Dios nos amó en Cristo, que es su Hijo. Éramos «impíos», esto es, hombres sin Dios. Y entonces Cristo murió por nosotros. «Cristo murió por los impíos». Así conocimos que Dios nos ama: «Dios nos demostró su amor cuando siendo nosotros todavía pecadores, Cristo murió por nosotros». Sí, Dios nos mostró su amor, que purificó nuestra alma y así pudimos acercarnos a Dios, que además nos acogió como hijos. Así, los que éramos impíos llegamos a ser amigos de Dios e hijos de Dios. «Nos gloriamos en Dios por nuestro Señor Jesucristo, por quien hemos obtenido ahora la reconciliación».
Nosotros somos la visión de Cristo: las ovejas descarriadas, cansadas y maltratadas. Somos el objeto de su oración, aquellos por los que ha constituido a la Iglesia apostólica y aquellos por los que se ha entregado amorosamente en la cruz. Pero también somos parte de esa Iglesia, que tiene una misión en el mundo: llevar a Cristo, llevar en su carne el sacrificio de Cristo.

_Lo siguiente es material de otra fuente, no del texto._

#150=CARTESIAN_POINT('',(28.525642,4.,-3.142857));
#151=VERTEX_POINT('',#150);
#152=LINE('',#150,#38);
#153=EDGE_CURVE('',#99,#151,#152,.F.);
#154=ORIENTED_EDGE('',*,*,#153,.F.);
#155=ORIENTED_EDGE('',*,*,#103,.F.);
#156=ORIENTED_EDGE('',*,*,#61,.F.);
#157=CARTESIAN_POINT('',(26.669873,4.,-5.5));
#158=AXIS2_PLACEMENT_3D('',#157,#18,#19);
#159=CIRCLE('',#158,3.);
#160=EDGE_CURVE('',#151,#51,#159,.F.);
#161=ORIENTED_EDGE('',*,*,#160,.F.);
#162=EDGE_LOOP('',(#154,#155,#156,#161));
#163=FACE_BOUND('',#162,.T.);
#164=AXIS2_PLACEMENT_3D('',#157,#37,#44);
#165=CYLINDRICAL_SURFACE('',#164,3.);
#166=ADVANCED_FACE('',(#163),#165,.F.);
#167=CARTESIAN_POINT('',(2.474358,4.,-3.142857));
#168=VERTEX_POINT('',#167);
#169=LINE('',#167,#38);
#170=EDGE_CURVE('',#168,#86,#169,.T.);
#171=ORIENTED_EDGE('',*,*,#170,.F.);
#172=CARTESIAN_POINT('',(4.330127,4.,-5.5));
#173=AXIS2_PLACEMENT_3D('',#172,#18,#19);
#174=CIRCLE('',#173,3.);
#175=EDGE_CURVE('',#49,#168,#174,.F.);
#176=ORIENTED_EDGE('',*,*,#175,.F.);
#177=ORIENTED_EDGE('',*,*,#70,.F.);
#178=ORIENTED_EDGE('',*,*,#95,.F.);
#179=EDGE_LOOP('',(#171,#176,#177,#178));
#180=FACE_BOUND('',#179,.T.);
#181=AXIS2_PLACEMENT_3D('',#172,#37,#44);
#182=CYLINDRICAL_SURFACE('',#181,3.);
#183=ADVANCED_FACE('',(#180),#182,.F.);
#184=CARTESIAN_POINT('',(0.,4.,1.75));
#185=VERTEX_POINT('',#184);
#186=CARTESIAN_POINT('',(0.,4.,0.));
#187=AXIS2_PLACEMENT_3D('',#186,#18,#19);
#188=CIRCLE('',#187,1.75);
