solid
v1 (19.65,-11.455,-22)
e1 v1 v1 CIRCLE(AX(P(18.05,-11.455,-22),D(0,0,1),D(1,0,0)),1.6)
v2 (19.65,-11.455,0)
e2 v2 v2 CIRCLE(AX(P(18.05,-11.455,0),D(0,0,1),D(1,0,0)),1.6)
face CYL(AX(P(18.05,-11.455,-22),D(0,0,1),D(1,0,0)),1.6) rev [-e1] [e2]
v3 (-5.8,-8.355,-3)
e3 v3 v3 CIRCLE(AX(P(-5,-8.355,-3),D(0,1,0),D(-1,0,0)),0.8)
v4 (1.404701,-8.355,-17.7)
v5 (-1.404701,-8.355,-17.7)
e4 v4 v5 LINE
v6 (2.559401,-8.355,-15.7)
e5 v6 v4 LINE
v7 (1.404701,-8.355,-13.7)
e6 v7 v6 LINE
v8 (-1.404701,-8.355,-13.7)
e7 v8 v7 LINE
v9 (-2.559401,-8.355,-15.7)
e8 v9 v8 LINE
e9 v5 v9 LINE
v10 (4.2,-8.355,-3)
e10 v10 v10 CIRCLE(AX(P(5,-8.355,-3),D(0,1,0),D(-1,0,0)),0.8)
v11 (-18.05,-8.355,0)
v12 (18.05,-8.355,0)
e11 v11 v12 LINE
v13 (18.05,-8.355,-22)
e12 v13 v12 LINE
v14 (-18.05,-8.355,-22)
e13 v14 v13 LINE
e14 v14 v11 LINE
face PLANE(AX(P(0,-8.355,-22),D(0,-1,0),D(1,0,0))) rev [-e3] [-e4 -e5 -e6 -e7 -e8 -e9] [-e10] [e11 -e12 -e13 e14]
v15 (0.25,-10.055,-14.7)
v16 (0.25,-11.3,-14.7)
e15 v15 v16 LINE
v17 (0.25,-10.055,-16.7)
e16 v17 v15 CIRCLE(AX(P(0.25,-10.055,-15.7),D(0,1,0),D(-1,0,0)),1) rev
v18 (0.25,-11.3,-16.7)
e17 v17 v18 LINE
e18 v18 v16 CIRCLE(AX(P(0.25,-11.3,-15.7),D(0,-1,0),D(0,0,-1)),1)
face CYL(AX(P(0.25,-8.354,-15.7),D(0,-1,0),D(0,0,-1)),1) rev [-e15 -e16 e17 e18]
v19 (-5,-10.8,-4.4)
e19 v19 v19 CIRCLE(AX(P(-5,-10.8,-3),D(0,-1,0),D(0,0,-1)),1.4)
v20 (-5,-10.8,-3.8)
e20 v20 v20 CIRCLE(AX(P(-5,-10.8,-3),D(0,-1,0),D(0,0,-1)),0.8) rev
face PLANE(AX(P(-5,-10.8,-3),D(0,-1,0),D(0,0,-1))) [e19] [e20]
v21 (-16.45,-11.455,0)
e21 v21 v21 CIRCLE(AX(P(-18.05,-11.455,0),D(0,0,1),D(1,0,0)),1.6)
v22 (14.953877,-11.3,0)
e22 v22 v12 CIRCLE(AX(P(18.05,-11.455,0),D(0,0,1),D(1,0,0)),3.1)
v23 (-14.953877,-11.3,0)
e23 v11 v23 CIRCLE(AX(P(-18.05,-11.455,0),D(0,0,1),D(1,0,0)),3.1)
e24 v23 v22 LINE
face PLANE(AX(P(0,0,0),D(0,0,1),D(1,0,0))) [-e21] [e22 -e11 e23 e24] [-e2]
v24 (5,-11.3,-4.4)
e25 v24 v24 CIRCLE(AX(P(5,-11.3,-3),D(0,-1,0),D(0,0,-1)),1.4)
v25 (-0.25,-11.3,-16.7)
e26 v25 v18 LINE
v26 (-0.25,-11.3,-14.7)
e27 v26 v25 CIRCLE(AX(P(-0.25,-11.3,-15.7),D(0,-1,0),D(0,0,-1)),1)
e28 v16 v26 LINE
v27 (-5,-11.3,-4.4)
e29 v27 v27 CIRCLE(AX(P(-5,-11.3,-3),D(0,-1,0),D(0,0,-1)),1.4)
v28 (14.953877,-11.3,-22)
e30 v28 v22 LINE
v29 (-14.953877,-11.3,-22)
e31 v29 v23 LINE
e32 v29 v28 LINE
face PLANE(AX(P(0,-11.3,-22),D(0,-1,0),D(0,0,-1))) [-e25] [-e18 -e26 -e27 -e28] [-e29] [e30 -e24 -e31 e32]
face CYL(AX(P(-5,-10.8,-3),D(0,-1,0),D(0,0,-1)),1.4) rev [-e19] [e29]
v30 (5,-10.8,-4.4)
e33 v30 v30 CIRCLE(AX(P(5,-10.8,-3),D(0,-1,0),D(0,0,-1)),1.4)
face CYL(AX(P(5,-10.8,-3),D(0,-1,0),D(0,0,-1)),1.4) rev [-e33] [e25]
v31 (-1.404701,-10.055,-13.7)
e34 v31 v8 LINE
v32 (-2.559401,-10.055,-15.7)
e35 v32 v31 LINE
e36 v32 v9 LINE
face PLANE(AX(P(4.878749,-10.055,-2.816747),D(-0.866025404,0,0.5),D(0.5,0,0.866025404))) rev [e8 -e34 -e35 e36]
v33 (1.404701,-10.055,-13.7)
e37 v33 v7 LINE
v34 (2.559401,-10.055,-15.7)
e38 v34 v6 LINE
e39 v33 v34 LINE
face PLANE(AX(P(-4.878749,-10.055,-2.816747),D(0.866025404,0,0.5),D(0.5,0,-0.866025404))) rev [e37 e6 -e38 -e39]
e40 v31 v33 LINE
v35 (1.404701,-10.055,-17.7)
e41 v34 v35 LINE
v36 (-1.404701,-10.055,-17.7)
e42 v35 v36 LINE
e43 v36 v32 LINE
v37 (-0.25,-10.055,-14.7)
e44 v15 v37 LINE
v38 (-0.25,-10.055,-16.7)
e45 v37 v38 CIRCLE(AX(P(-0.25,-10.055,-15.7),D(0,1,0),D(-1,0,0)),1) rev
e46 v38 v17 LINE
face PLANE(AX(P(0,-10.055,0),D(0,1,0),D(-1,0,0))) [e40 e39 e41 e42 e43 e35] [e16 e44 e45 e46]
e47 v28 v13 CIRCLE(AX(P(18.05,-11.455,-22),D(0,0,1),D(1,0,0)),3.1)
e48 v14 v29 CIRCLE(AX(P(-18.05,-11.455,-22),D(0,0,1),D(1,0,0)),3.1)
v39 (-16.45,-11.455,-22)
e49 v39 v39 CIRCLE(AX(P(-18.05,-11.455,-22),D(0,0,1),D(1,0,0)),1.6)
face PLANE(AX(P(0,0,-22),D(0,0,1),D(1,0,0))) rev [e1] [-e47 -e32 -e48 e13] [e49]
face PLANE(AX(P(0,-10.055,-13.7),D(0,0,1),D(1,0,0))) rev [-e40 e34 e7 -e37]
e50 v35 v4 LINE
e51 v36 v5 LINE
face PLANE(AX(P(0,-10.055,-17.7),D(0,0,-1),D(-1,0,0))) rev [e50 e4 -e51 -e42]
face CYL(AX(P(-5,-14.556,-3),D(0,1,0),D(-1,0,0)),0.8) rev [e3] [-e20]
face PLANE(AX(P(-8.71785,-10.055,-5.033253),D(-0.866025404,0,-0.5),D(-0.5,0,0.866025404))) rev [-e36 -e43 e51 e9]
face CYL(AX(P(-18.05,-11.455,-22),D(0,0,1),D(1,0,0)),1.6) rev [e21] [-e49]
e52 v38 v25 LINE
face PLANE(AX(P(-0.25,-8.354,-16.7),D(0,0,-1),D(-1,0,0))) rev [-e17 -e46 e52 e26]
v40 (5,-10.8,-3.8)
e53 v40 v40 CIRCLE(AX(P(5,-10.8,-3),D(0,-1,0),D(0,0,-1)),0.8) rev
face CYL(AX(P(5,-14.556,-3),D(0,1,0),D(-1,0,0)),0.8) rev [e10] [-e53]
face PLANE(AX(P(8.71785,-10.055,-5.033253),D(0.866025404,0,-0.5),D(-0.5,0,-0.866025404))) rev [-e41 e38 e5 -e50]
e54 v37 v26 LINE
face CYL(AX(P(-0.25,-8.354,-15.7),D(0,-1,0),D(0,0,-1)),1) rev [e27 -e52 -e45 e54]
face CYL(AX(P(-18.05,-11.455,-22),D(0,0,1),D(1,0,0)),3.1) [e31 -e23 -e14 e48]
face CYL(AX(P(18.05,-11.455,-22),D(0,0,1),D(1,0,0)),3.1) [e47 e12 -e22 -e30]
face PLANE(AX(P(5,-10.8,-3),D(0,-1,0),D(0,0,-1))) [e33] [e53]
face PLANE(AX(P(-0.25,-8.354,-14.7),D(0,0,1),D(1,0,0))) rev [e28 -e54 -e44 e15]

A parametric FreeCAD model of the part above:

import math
import FreeCAD as App
import Part
import Sketcher
from FreeCAD import Vector
Q = App.Units.Quantity


def add_polygon(sketch, points):
    """Adds a closed chain of lines whose ends are joined by coincident constraints."""
    first, n = sketch.GeometryCount, len(points)
    for a, b in zip(points, points[1:] + points[:1]):
        sketch.addGeometry(Part.LineSegment(App.Vector(*a, 0), App.Vector(*b, 0)), False)
    for i in range(n):
        sketch.addConstraint(Sketcher.Constraint("Coincident", first + i, 2, first + (i + 1) % n, 1))

doc = App.newDocument("Part")
body = doc.addObject("PartDesign::Body", "Body")

# Sketch on XY plane
sketch1 = body.newObject("Sketcher::SketchObject", "Sketch")
sketch1.AttachmentSupport = (doc.getObject("XY_Plane"), [""])
sketch1.MapMode = "FlatFace"
sketch1.addGeometry(Part.LineSegment(Vector(18.05, -8.355, 0), Vector(-18.05, -8.355, 0)), False)
sketch1.addGeometry(Part.ArcOfCircle(Part.Circle(Vector(-18.05, -11.455, 0), Vector(0, 0, 1), 3.1), math.radians(90), math.radians(362.865984)), False)
sketch1.addGeometry(Part.LineSegment(Vector(-14.953877, -11.3, 0), Vector(14.953877, -11.3, 0)), False)
sketch1.addGeometry(Part.ArcOfCircle(Part.Circle(Vector(18.05, -11.455, 0), Vector(0, 0, 1), 3.1), math.radians(177.134016), math.radians(450)), False)
sketch1.addGeometry(Part.Circle(Vector(18.05, -11.455, 0), Vector(0, 0, 1), 1.6), False)
sketch1.addGeometry(Part.Circle(Vector(-18.05, -11.455, 0), Vector(0, 0, 1), 1.6), False)
sketch1.addConstraint(Sketcher.Constraint("Tangent", 0, 2, 1, 1))
sketch1.addConstraint(Sketcher.Constraint("Coincident", 1, 2, 2, 1))
sketch1.addConstraint(Sketcher.Constraint("Coincident", 2, 2, 3, 1))
sketch1.addConstraint(Sketcher.Constraint("Tangent", 3, 2, 0, 1))
sketch1.addConstraint(Sketcher.Constraint("Horizontal", 0))
sketch1.addConstraint(Sketcher.Constraint("Horizontal", 2))
sketch1.addConstraint(Sketcher.Constraint("Coincident", 4, 3, 3, 3))
sketch1.addConstraint(Sketcher.Constraint("Coincident", 5, 3, 1, 3))
sketch1.addConstraint(Sketcher.Constraint("Equal", 1, 3))
sketch1.addConstraint(Sketcher.Constraint("Equal", 4, 5))
sketch1.addConstraint(Sketcher.Constraint("Diameter", 4, 3.2))
sketch1.addConstraint(Sketcher.Constraint("Radius", 1, 3.1))
sketch1.addConstraint(Sketcher.Constraint("DistanceX", 0, 2, 0, 1, 36.1))
sketch1.addConstraint(Sketcher.Constraint("DistanceY", 1, 2, -1, 1, 11.3))
sketch1.addConstraint(Sketcher.Constraint("DistanceX", 1, 3, -1, 1, 18.05))
sketch1.addConstraint(Sketcher.Constraint("DistanceY", 1, 3, -1, 1, 11.455))
pad1 = body.newObject("PartDesign::Pad", "Pad")
pad1.Profile = sketch1
pad1.Length = 22
pad1.Reversed = True

# Sketch on XZ plane
sketch2 = body.newObject("Sketcher::SketchObject", "Sketch001")
sketch2.AttachmentSupport = (doc.getObject("XZ_Plane"), [""])
sketch2.MapMode = "FlatFace"
sketch2.AttachmentOffset = App.Placement(Vector(0, 0, 11.3), App.Rotation())
sketch2.addGeometry(Part.LineSegment(Vector(0.25, -14.7, 0), Vector(-0.25, -14.7, 0)), False)
sketch2.addGeometry(Part.ArcOfCircle(Part.Circle(Vector(-0.25, -15.7, 0), Vector(0, 0, 1), 1), math.radians(90), math.radians(270)), False)
sketch2.addGeometry(Part.LineSegment(Vector(-0.25, -16.7, 0), Vector(0.25, -16.7, 0)), False)
sketch2.addGeometry(Part.ArcOfCircle(Part.Circle(Vector(0.25, -15.7, 0), Vector(0, 0, 1), 1), math.radians(-90), math.radians(90)), False)
sketch2.addConstraint(Sketcher.Constraint("Tangent", 0, 2, 1, 1))
sketch2.addConstraint(Sketcher.Constraint("Tangent", 1, 2, 2, 1))
sketch2.addConstraint(Sketcher.Constraint("Tangent", 2, 2, 3, 1))
sketch2.addConstraint(Sketcher.Constraint("Tangent", 3, 2, 0, 1))
sketch2.addConstraint(Sketcher.Constraint("Horizontal", 0))
sketch2.addConstraint(Sketcher.Constraint("Horizontal", 2))
sketch2.addConstraint(Sketcher.Constraint("Radius", 1, 1.0))
sketch2.addConstraint(Sketcher.Constraint("DistanceX", 0, 2, 0, 1, 0.5))
sketch2.addConstraint(Sketcher.Constraint("DistanceY", 1, 3, -1, 1, 15.7))
sketch2.addConstraint(Sketcher.Constraint("DistanceX", 1, 3, -1, 1, 0.25))
pocket1 = body.newObject("PartDesign::Pocket", "Pocket")
pocket1.Profile = sketch2
pocket1.Type = "UpToFirst"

El amor de Cristo es nuestra gloria, mucho más que la medicina que nos salva, es nuestra gloria. Podemos enorgullecernos de ello con un santo orgullo: «Cristo murió por mí». Pero esta gloria es también nuestra amorosa carga y nuestra tarea hasta la muerte: «Lo que habéis recibido gratis, dadlo gratis».